I’ve been listening to Dr Rouzier who is fond of getting t3 above the “normal” range [2.0-4.5] because he says 20yo’s free t3 is ~7.0. So he prescribes at least 25mcg t3 to his patients and more if required. Wants to suppress the tsh.

I’m wondering if something like kelp or whatever supplement that’s safe and high in iodine would do the job: suppress tsh, keep free t3 (and t4) nice and high.

Under 1mg of iodine should be safe to boost thyroid (I think it was said in a recent interview with Peat). High amounts will supress the thyroid.

 

[LeeLemonoil]

An ovni:

Etheric biology

Several observations made during the course of studies on stealth-adapted viruses are explainable by a pervasive, energy-rich, ether environment. Acti…

www.sciencedirect.com

Highly interesting. Maybe that’s why seaweed is high in iodine and why the ancestors of Mitos were iodine dependent

 

[Sitaruîm]

I'm fairly young, mid 20s, and my backyard was full of frogs in the summer. I had fun collecting as many as I could in a bucket, they were huge!

 

[MyUsernameHere]

Iodine sounds good to me on paper. It improves my sleep and skin quality, but by every other marker (TSH increasing, hair thinning, nail skin disconnecting and receding) I become more hypothyroid when I take Lugol's doses. Perplexing.

 

[Sitaruîm]

Iodine sounds good to me on paper. It improves my sleep and skin quality, but by every other marker (TSH increasing, hair thinning, nail skin disconnecting and receding) I become more hypothyroid when I take Lugol's doses. Perplexing.

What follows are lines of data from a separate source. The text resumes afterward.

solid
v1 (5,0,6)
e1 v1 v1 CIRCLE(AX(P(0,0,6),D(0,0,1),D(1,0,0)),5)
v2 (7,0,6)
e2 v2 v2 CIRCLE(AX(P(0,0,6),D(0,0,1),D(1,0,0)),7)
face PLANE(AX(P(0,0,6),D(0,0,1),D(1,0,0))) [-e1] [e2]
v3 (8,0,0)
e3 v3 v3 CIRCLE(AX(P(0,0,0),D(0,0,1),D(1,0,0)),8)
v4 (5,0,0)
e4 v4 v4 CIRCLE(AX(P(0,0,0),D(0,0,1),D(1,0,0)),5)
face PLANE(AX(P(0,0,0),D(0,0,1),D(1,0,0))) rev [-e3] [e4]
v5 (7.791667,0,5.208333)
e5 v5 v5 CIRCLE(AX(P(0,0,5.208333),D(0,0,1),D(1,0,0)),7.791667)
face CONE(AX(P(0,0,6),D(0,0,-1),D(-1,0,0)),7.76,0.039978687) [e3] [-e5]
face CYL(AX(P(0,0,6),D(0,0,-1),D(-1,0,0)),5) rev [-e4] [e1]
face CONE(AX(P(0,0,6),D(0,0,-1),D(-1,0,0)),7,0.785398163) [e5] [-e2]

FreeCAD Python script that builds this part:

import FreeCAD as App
import Part
import Sketcher

V = App.Vector


def edges_at(feature, points):
    """Names of the edges that pass closest to the given points."""
    edges = feature.Shape.Edges
    near = lambda p: min(range(len(edges)), key=lambda i: edges[i].distToShape(Part.Vertex(*p))[0])
    return sorted({f"Edge{near(p) + 1}" for p in points})

doc = App.newDocument("Part")
params = doc.addObject("Spreadsheet::Sheet", "Params")
for row, (alias, value) in enumerate([
    ("sketch1_diameter", "16 mm"),
    ("sketch1_diameter2", "10 mm"),
    ("pad1_length", "6 mm"),
    ("chamfer_size", "1 mm"),
    ("sketch2_height", "6 mm"),
    ("sketch2_width", "0.24 mm"),
    ("groove_angle", "360 deg"),
], start=1):
    params.set(f"A{row}", alias)
    params.set(f"B{row}", "=" + value)
    params.setAlias(f"B{row}", alias)

body = doc.addObject("PartDesign::Body", "Body")

# Sketch on XY plane
sketch1 = body.newObject("Sketcher::SketchObject", "Sketch")
sketch1.AttachmentSupport = (doc.getObject("XY_Plane"), [""])
sketch1.MapMode = "FlatFace"
sketch1.addGeometry(Part.Circle(V(0, 0, 0), V(0, 0, 1), 8), False)
sketch1.addGeometry(Part.Circle(V(0, 0, 0), V(0, 0, 1), 5), False)
sketch1.addConstraint(Sketcher.Constraint("Coincident", 0, 3, -1, 1))
sketch1.addConstraint(Sketcher.Constraint("Coincident", 1, 3, -1, 1))
sketch1.addConstraint(Sketcher.Constraint("Diameter", 0, 16.0))
sketch1.addConstraint(Sketcher.Constraint("Diameter", 1, 10.0))
sketch1.setExpression("Constraints[2]", "Params.sketch1_diameter")
sketch1.setExpression("Constraints[3]", "Params.sketch1_diameter2")
pad1 = body.newObject("PartDesign::Pad", "Pad")
pad1.Profile = sketch1
pad1.setExpression("Length", "Params.pad1_length")
doc.recompute()

chamfer = body.newObject("PartDesign::Chamfer", "Chamfer")
chamfer.Base = (pad1, edges_at(pad1, [(-8, 0, 6)]))
chamfer.setExpression("Size", "Params.chamfer_size")

# Sketch on YZ plane
sketch2 = body.newObject("Sketcher::SketchObject", "Sketch001")
sketch2.AttachmentSupport = (doc.getObject("YZ_Plane"), [""])
sketch2.MapMode = "FlatFace"
sketch2.addGeometry(Part.LineSegment(V(7.76, 6, 0), V(8, 0, 0)), False)
sketch2.addGeometry(Part.LineSegment(V(8, 0, 0), V(8, 6, 0)), False)
sketch2.addGeometry(Part.LineSegment(V(8, 6, 0), V(7.76, 6, 0)), False)
sketch2.addConstraint(Sketcher.Constraint("Coincident", 0, 2, 1, 1))
sketch2.addConstraint(Sketcher.Constraint("Coincident", 1, 2, 2, 1))
sketch2.addConstraint(Sketcher.Constraint("Coincident", 2, 2, 0, 1))
sketch2.addConstraint(Sketcher.Constraint("Vertical", 1))
sketch2.addConstraint(Sketcher.Constraint("Horizontal", 2))
sketch2.addConstraint(Sketcher.Constraint("PointOnObject", 0, 2, -1))
sketch2.addConstraint(Sketcher.Constraint("DistanceY", 1, 1, 1, 2, 6.0))
sketch2.addConstraint(Sketcher.Constraint("DistanceX", -1, 1, 0, 2, 8.0))
sketch2.addConstraint(Sketcher.Constraint("DistanceX", 2, 2, 2, 1, 0.24))
sketch2.setExpression("Constraints[6]", "Params.sketch2_height")
sketch2.setExpression("Constraints[8]", "Params.sketch2_width")
groove = body.newObject("PartDesign::Groove", "Groove")
groove.Profile = sketch2
groove.ReferenceAxis = (sketch2, ["V_Axis"])
groove.setExpression("Angle", "Params.groove_angle")

doc.recompute()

How do you use iodine? I was thinking of using a tiny bit of Lugol's to brush my teeth as it is supposed to help with bleeding gums. Would you say that my body will assimilate non negligible amounts of it this way?

 

[TheSir]

Iodine sounds good to me on paper. It improves my sleep and skin quality, but by every other marker (TSH increasing, hair thinning, nail skin disconnecting and receding) I become more hypothyroid when I take Lugol's doses. Perplexing.

Perhaps it is revealing a pre-existing deficiency of one nutrient or another?